1

Prove $5^n +5 <5^{n+1}$ $∀n∈N$

Base Case: $n=1$

$\implies 5^1 +5 <25$
$\implies 10<25$ ; holds true

Induction hypothesis: Suppose $5^k +5 < 5^{k+1}$ is true for k∈N

Then;

$\implies 5^{k+1} +5 < 5^{k+2}$

$\implies 5\cdot 5^k +5 < 25*5^k$

I don't know how to proceed after this step.

TheGamer
  • 393

5 Answers5

4

$5^{k+1} + 5 < 5^{k+2} = 5(5^{k} + 1 < 5^{k+1})$. As $5^{k} + 1 < 5^{k} + 5 < 5^{k+1}$(from the inductive hypothesis), you have your answer.

layabout
  • 748
3

I often find it helpful in a problem like your own to simply rewrite "the left hand side" so that it is immediately set up so you can apply the inductive hypothesis.
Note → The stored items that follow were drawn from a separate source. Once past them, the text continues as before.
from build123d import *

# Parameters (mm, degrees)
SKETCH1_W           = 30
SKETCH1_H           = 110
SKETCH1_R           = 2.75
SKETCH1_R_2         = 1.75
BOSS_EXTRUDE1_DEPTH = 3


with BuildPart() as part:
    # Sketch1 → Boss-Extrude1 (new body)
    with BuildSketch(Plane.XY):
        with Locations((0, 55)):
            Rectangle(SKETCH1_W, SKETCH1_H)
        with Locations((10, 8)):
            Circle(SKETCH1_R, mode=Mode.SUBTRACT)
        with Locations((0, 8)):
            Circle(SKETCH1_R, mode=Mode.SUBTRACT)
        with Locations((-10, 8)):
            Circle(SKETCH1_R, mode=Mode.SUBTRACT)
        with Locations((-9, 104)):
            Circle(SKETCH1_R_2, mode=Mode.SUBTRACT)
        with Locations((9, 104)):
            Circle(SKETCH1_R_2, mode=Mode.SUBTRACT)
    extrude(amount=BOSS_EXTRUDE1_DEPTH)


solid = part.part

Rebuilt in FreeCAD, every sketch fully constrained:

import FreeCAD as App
import Part
import Sketcher
Q = App.Units.Quantity


def add_polygon(sketch, points):
    """Adds a closed chain of lines whose ends are joined by coincident constraints."""
    first, n = sketch.GeometryCount, len(points)
    for a, b in zip(points, points[1:] + points[:1]):
        sketch.addGeometry(Part.LineSegment(App.Vector(*a, 0), App.Vector(*b, 0)), False)
    for i in range(n):
        sketch.addConstraint(Sketcher.Constraint("Coincident", first + i, 2, first + (i + 1) % n, 1))

doc = App.newDocument("Part")
params = doc.addObject("Spreadsheet::Sheet", "Params")
for row, (alias, value) in enumerate([
    ("sketch1_diameter", "5.5 mm"),
    ("sketch1_diameter2", "3.5 mm"),
    ("sketch1_width", "30 mm"),
    ("sketch1_height", "110 mm"),
    ("pad1_length", "3 mm"),
], start=1):
    params.set(f"A{row}", alias)
    params.set(f"B{row}", "=" + value)
    params.setAlias(f"B{row}", alias)

body = doc.addObject("PartDesign::Body", "Body")

sketch1 = body.newObject("Sketcher::SketchObject", "Sketch")
sketch1.AttachmentSupport = (doc.getObject("XY_Plane"), [""])
sketch1.MapMode = "FlatFace"
add_polygon(sketch1, [(-15, 110), (-15, 0), (15, 0), (15, 110)])
sketch1.addGeometry(Part.Circle(App.Vector(-10, 8, 0), App.Vector(0, 0, 1), 2.75), False)
sketch1.addGeometry(Part.Circle(App.Vector(0, 8, 0), App.Vector(0, 0, 1), 2.75), False)
sketch1.addGeometry(Part.Circle(App.Vector(10, 8, 0), App.Vector(0, 0, 1), 2.75), False)
sketch1.addGeometry(Part.Circle(App.Vector(-9, 104, 0), App.Vector(0, 0, 1), 1.75), False)
sketch1.addGeometry(Part.Circle(App.Vector(9, 104, 0), App.Vector(0, 0, 1), 1.75), False)
sketch1.addConstraint([
    Sketcher.Constraint("Vertical", 0),
    Sketcher.Constraint("Horizontal", 1),
    Sketcher.Constraint("Vertical", 2),
    Sketcher.Constraint("Horizontal", 3),
    Sketcher.Constraint("Equal", 4, 5),
    Sketcher.Constraint("Equal", 5, 6),
    Sketcher.Constraint("Equal", 7, 8),
    Sketcher.Constraint("Symmetric", 0, 2, 1, 2, -1, 1),
    Sketcher.Constraint("Symmetric", 4, 3, 6, 3, -2),
    Sketcher.Constraint("Symmetric", 7, 3, 8, 3, -2),
    Sketcher.Constraint("PointOnObject", 5, 3, -2),
    Sketcher.Constraint("Horizontal", 4, 3, 5, 3),
    Sketcher.Constraint("Diameter", 4, Q("5.5 mm")),
    Sketcher.Constraint("Diameter", 7, Q("3.5 mm")),
    Sketcher.Constraint("DistanceX", 1, 1, 1, 2, Q("30 mm")),
    Sketcher.Constraint("DistanceY", 0, 2, 0, 1, Q("110 mm")),
    Sketcher.Constraint("DistanceX", 4, 3, -1, 1, Q("10 mm")),
    Sketcher.Constraint("DistanceY", -1, 1, 4, 3, Q("8 mm")),
    Sketcher.Constraint("DistanceX", 7, 3, -1, 1, Q("9 mm")),
    Sketcher.Constraint("DistanceY", -1, 1, 7, 3, Q("104 mm")),
])
sketch1.setExpression("Constraints[16]", "Params.sketch1_diameter")
sketch1.setExpression("Constraints[17]", "Params.sketch1_diameter2")
sketch1.setExpression("Constraints[18]", "Params.sketch1_width")
sketch1.setExpression("Constraints[19]", "Params.sketch1_height")
pad1 = body.newObject("PartDesign::Pad", "Pad")
pad1.Profile = sketch1
pad1.setExpression("Length", "Params.pad1_length")

doc.recompute()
Your remaining task, usually, is to then make sure you did not change the value.

In this particular problem, for example, you need to somehow obtain the inequality $5^{k+1}+5<5^{k+2}$ by using the inductive hypothesis (i.e. $5^k+5<5^{k+1}$). To do this, I would immediately write the following (after having shown the base case, of course): $$ 5^{k+1}+5\;=\;?\;(5^k+5)\;\pm\;?<\;?\;(5^{k+1})\;\pm\;?. $$ This is probably unclear at the moment, but actually filling in the details should clarify: $$ \begin{align*} 5^{k+1}+5&=5(5^k+5)-20\tag{set up to use ind. hyp.}\\[0.5em] &< 5(5^{k+1})-20\tag{by ind. hyp.}\\[0.5em] &<5^{k+2}.\tag{simplify} \end{align*} $$ Does that make sense? The goal with many of these problems is to use the inductive hypothesis effectively. You can make your work easier if you set it up at the outset so you can use the inductive hypothesis right away and then work towards your desired conclusion (as illustrated above).

3

You don't really need induction: $$ 5^n + 5 \le 5^n + 5^n = 2\cdot 5^n < 5\cdot 5^n = 5^{n+1} $$ but you can justify $5 \le 5^n$ by induction if you must.

lhf
  • 216,483
2

$$5^{k+1}+5=5\times 5^k+5<5(5^{k+1}-5)+5=5^{k+2}-25+5<5^{k+2}$$ Notice that, by the induction step, we have $$5^k+5<5^{k+1}\implies 5^k<5^{k+1}-5$$

Dave
  • 13,568
1

Well, we need to prove $5^n+5<5^{n+1}$

$5^n+5<5^{n+1}\implies 5<5^n\cdot 4\implies 1<5^{n-1}\cdot4$, which is obvious. Use induction or do whatever you want to do.

If you want to use induction, note that base step is true and if you assume that $5^{k-1}\cdot 4>1 $ then it is certainly true that $5^{k}\cdot 4=5\times (5^{k-1}\cdot 4)>1$